DATA Start Marker

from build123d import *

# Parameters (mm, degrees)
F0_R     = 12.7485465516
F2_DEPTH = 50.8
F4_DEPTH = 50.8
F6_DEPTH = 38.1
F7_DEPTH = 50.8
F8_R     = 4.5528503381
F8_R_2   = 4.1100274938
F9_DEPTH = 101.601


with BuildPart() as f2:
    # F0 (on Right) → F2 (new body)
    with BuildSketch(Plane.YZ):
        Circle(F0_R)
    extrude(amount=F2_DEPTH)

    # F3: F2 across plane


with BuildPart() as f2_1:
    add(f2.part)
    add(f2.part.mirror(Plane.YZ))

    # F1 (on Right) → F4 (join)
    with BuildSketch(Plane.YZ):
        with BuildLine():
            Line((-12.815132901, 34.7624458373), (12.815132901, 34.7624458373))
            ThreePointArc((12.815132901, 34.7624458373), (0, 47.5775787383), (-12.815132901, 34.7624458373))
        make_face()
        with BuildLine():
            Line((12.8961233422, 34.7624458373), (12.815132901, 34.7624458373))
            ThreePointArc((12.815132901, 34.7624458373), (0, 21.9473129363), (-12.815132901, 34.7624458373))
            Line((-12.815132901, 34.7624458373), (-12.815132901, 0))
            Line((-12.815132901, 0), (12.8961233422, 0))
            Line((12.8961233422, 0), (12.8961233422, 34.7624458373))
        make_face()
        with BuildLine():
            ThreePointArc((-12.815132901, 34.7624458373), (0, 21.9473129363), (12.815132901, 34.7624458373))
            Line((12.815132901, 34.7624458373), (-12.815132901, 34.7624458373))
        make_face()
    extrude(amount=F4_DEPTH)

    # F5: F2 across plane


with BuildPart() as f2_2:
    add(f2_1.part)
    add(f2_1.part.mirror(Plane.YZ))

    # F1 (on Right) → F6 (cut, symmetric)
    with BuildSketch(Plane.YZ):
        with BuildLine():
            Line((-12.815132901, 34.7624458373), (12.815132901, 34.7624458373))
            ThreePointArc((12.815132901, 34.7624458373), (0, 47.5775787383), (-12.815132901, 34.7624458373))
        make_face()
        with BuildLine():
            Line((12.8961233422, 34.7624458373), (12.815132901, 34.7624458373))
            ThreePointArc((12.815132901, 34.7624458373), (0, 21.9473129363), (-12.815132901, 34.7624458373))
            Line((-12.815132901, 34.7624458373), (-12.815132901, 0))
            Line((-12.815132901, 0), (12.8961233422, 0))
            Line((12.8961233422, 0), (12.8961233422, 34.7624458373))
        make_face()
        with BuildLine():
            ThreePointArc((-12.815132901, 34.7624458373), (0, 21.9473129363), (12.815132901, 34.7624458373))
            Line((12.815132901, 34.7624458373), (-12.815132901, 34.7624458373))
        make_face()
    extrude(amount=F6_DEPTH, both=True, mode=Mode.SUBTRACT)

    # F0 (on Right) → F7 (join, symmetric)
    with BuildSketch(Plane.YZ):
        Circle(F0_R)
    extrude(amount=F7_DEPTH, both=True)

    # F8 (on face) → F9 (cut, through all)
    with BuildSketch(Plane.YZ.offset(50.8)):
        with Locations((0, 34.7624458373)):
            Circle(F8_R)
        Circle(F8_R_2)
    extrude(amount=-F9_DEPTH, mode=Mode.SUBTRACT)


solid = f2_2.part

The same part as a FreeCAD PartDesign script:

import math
import FreeCAD as App
import Part
import Sketcher

V = App.Vector

doc = App.newDocument("Part")
params = doc.addObject("Spreadsheet::Sheet", "Params")
for row, (alias, value) in enumerate([
    ("pad1_length", "2 in"),
    ("pad2_length", "2 in"),
    ("pocket1_length", "3 in"),
    ("pad3_length", "4 in"),
], start=1):
    params.set(f"A{row}", alias)
    params.set(f"B{row}", "=" + value)
    params.setAlias(f"B{row}", alias)

body = doc.addObject("PartDesign::Body", "Body")

sketch1 = body.newObject("Sketcher::SketchObject", "Sketch")
sketch1.AttachmentSupport = (doc.getObject("YZ_Plane"), [""])
sketch1.MapMode = "FlatFace"
sketch1.addGeometry(Part.Circle(V(0, 0, 0), V(0, 0, 1), 13), False)
sketch1.addConstraint(Sketcher.Constraint("Coincident", 0, 3, -1, 1))
sketch1.addConstraint(Sketcher.Constraint("Diameter", 0, 25.497093))
pad1 = body.newObject("PartDesign::Pad", "Pad")
pad1.Profile = sketch1
pad1.setExpression("Length", "Params.pad1_length")
body2 = doc.addObject("PartDesign::Body", "Body001")
doc.recompute()

body2.BaseFeature = body
doc.recompute()

mirroring = doc.addObject("Part::Mirroring", "Mirroring")
mirroring.Source = body
mirroring.Base = V(0, 0, 0)
mirroring.Normal = V(1, 0, 0)
body3 = doc.addObject("PartDesign::Body", "Body002")
body3.BaseFeature = mirroring
boolean = body2.newObject("PartDesign::Boolean", "Boolean")
boolean.Type = "Fuse"
boolean.addObjects([body3])
doc.recompute()

sketch2 = body2.newObject("Sketcher::SketchObject", "Sketch001")
sketch2.AttachmentSupport = (doc.getObject("YZ_Plane001"), [""])
sketch2.MapMode = "FlatFace"
sketch2.addGeometry(Part.ArcOfCircle(Part.Circle(V(0, 34.76, 0), V(0, 0, 1), 12.82), math.radians(0), math.radians(180)), False)
sketch2.addGeometry(Part.LineSegment(V(-12.82, 34.76, 0), V(-12.82, 0, 0)), False)
sketch2.addGeometry(Part.LineSegment(V(-12.82, 0, 0), V(12.9, 0, 0)), False)
sketch2.addGeometry(Part.LineSegment(V(12.9, 0, 0), V(12.9, 34.76, 0)), False)
sketch2.addGeometry(Part.LineSegment(V(12.9, 34.76, 0), V(12.82, 34.76, 0)), False)
sketch2.addConstraint(Sketcher.Constraint("Tangent", 0, 2, 1, 1))
sketch2.addConstraint(Sketcher.Constraint("Coincident", 1, 2, 2, 1))
sketch2.addConstraint(Sketcher.Constraint("Coincident", 2, 2, 3, 1))
sketch2.addConstraint(Sketcher.Constraint("Coincident", 3, 2, 4, 1))
sketch2.addConstraint(Sketcher.Constraint("Coincident", 4, 2, 0, 1))
sketch2.addConstraint(Sketcher.Constraint("Vertical", 1))
sketch2.addConstraint(Sketcher.Constraint("Horizontal", 2))
sketch2.addConstraint(Sketcher.Constraint("Vertical", 3))
sketch2.addConstraint(Sketcher.Constraint("Horizontal", 4))
sketch2.addConstraint(Sketcher.Constraint("Symmetric", 0, 2, 4, 2, -2))
sketch2.addConstraint(Sketcher.Constraint("PointOnObject", 1, 2, -1))
sketch2.addConstraint(Sketcher.Constraint("Radius", 0, 12.815133))
sketch2.addConstraint(Sketcher.Constraint("DistanceX", 4, 2, 4, 1, 0.08099))
sketch2.addConstraint(Sketcher.Constraint("DistanceY", 1, 2, 1, 1, 34.762446))
pad2 = body2.newObject("PartDesign::Pad", "Pad001")
pad2.Profile = sketch2
pad2.setExpression("Length", "Params.pad2_length")
body4 = doc.addObject("PartDesign::Body", "Body003")
doc.recompute()

body4.BaseFeature = body2
doc.recompute()

mirroring2 = doc.addObject("Part::Mirroring", "Mirroring001")
mirroring2.Source = body2
mirroring2.Base = V(0, 0, 0)
mirroring2.Normal = V(1, 0, 0)
body5 = doc.addObject("PartDesign::Body", "Body004")
body5.BaseFeature = mirroring2
boolean2 = body4.newObject("PartDesign::Boolean", "Boolean001")
boolean2.Type = "Fuse"
boolean2.addObjects([body5])
doc.recompute()

sketch3 = body4.newObject("Sketcher::SketchObject", "Sketch002")
sketch3.AttachmentSupport = (doc.getObject("YZ_Plane003"), [""])
sketch3.MapMode = "FlatFace"
sketch3.addGeometry(Part.ArcOfCircle(Part.Circle(V(0, 34.76, 0), V(0, 0, 1), 12.82), math.radians(0), math.radians(180)), False)
sketch3.addGeometry(Part.LineSegment(V(-12.82, 34.76, 0), V(-12.82, 0, 0)), False)
sketch3.addGeometry(Part.LineSegment(V(-12.82, 0, 0), V(12.9, 0, 0)), False)
sketch3.addGeometry(Part.LineSegment(V(12.9, 0, 0), V(12.9, 34.76, 0)), False)
sketch3.addGeometry(Part.LineSegment(V(12.9, 34.76, 0), V(12.82, 34.76, 0)), False)
sketch3.addConstraint(Sketcher.Constraint("Tangent", 0, 2, 1, 1))
sketch3.addConstraint(Sketcher.Constraint("Coincident", 1, 2, 2, 1))
sketch3.addConstraint(Sketcher.Constraint("Coincident", 2, 2, 3, 1))
sketch3.addConstraint(Sketcher.Constraint("Coincident", 3, 2, 4, 1))
sketch3.addConstraint(Sketcher.Constraint("Coincident", 4, 2, 0, 1))
sketch3.addConstraint(Sketcher.Constraint("Vertical", 1))
sketch3.addConstraint(Sketcher.Constraint("Horizontal", 2))
sketch3.addConstraint(Sketcher.Constraint("Vertical", 3))
sketch3.addConstraint(Sketcher.Constraint("Horizontal", 4))
sketch3.addConstraint(Sketcher.Constraint("Symmetric", 0, 2, 4, 2, -2))
sketch3.addConstraint(Sketcher.Constraint("PointOnObject", 1, 2, -1))
sketch3.addConstraint(Sketcher.Constraint("Radius", 0, 12.815133))
sketch3.addConstraint(Sketcher.Constraint("DistanceX", 4, 2, 4, 1, 0.08099))
sketch3.addConstraint(Sketcher.Constraint("DistanceY", 1, 2, 1, 1, 34.762446))
pocket1 = body4.newObject("PartDesign::Pocket", "Pocket")
pocket1.Profile = sketch3
pocket1.setExpression("Length", "Params.pocket1_length")
pocket1.Midplane = True

sketch4 = body4.newObject("Sketcher::SketchObject", "Sketch003")
sketch4.AttachmentSupport = (doc.getObject("YZ_Plane003"), [""])
sketch4.MapMode = "FlatFace"
sketch4.addGeometry(Part.Circle(V(0, 0, 0), V(0, 0, 1), 13), False)
sketch4.addConstraint(Sketcher.Constraint("Coincident", 0, 3, -1, 1))
sketch4.addConstraint(Sketcher.Constraint("Diameter", 0, 25.497093))
pad3 = body4.newObject("PartDesign::Pad", "Pad002")
pad3.Profile = sketch4
pad3.setExpression("Length", "Params.pad3_length")
pad3.Midplane = True

sketch5 = body4.newObject("Sketcher::SketchObject", "Sketch004")
sketch5.AttachmentSupport = (doc.getObject("YZ_Plane003"), [""])
sketch5.MapMode = "FlatFace"
sketch5.AttachmentOffset = App.Placement(V(0, 0, 2 * 25.4), App.Rotation())
sketch5.addGeometry(Part.Circle(V(0, 34.8, 0), V(0, 0, 1), 4.6), False)
sketch5.addGeometry(Part.Circle(V(0, 0, 0), V(0, 0, 1), 4.1), False)
sketch5.addConstraint(Sketcher.Constraint("Coincident", 1, 3, -1, 1))
sketch5.addConstraint(Sketcher.Constraint("PointOnObject", 0, 3, -2))
sketch5.addConstraint(Sketcher.Constraint("Diameter", 0, 9.105701))
sketch5.addConstraint(Sketcher.Constraint("Diameter", 1, 8.220055))
sketch5.addConstraint(Sketcher.Constraint("DistanceY", -1, 1, 0, 3, 34.762446))
pocket2 = body4.newObject("PartDesign::Pocket", "Pocket001")
pocket2.Profile = sketch5
pocket2.Type = "ThroughAll"
mirroring.Visibility = False
mirroring2.Visibility = False

doc.recompute()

DATA End Marker

§ **TASK GOAL**: The answer must be every line of the data that contains the word "extrude".

§ **ANSWER**:
    extrude(amount=F2_DEPTH)
    extrude(amount=F4_DEPTH)
    extrude(amount=F6_DEPTH, both=True, mode=Mode.SUBTRACT)
    extrude(amount=F7_DEPTH, both=True)
    extrude(amount=-F9_DEPTH, mode=Mode.SUBTRACT)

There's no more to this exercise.